Recorded data:

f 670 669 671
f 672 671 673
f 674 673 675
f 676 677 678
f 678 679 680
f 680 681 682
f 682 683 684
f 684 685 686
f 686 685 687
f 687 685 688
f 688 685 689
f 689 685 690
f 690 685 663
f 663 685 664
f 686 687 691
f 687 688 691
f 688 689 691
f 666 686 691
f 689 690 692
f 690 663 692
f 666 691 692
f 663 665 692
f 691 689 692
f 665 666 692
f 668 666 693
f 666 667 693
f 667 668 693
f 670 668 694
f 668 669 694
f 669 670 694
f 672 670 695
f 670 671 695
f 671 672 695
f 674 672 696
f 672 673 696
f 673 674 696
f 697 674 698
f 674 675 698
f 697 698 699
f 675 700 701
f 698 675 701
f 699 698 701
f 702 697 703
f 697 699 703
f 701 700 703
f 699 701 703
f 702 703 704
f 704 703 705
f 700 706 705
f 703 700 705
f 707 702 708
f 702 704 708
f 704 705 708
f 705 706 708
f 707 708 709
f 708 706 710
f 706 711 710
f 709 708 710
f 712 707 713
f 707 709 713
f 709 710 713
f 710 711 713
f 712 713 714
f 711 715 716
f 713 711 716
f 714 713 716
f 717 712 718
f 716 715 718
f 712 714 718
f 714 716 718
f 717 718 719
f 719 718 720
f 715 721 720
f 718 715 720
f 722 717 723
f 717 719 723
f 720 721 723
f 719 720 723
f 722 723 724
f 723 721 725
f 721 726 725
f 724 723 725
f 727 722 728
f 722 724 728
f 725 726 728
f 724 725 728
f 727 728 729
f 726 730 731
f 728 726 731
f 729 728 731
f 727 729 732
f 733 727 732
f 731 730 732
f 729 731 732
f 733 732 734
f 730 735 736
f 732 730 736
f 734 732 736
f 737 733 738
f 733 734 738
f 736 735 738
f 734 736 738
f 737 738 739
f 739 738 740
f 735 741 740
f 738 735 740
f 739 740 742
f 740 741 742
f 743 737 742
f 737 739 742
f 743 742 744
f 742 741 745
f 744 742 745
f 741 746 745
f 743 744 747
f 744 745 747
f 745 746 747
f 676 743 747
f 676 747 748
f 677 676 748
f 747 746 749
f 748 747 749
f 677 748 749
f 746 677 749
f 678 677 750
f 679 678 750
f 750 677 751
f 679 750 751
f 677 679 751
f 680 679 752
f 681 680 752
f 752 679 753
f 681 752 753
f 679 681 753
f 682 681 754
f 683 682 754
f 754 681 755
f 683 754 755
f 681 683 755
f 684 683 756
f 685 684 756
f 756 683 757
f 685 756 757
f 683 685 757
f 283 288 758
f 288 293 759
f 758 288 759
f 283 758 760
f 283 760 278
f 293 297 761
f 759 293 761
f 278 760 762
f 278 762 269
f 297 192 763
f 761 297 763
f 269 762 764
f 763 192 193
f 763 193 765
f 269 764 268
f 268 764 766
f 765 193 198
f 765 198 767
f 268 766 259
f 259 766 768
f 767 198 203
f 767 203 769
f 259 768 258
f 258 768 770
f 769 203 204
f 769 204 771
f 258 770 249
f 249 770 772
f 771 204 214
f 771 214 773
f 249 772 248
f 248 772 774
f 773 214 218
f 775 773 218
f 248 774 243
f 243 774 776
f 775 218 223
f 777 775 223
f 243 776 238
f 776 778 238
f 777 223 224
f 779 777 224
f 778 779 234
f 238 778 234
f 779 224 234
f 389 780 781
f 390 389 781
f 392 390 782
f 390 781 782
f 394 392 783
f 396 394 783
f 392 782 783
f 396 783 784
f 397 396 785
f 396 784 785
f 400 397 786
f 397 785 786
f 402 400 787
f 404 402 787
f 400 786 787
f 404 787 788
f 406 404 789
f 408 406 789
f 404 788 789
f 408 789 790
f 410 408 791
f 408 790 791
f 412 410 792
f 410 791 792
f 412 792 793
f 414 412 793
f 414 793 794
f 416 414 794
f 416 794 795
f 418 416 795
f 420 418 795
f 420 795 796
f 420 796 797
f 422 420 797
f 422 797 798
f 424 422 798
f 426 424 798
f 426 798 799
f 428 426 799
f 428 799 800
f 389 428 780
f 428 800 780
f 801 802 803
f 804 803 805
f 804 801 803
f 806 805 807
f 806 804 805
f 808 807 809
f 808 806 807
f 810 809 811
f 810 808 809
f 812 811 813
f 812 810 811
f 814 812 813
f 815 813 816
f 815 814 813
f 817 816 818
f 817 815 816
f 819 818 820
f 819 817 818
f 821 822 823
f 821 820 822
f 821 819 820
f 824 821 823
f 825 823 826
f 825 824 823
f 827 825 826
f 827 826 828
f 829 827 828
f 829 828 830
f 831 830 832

How to complete this task: Only the lines from the one containing "f 817 815 816" through the last line of the material should be returned, each one exactly as written.

Solved problem:
f 817 815 816
f 819 818 820
f 819 817 818
f 821 822 823
f 821 820 822
f 821 819 820
f 824 821 823
f 825 823 826
f 825 824 823
f 827 825 826
f 827 826 828
f 829 827 828
f 829 828 830
f 831 830 832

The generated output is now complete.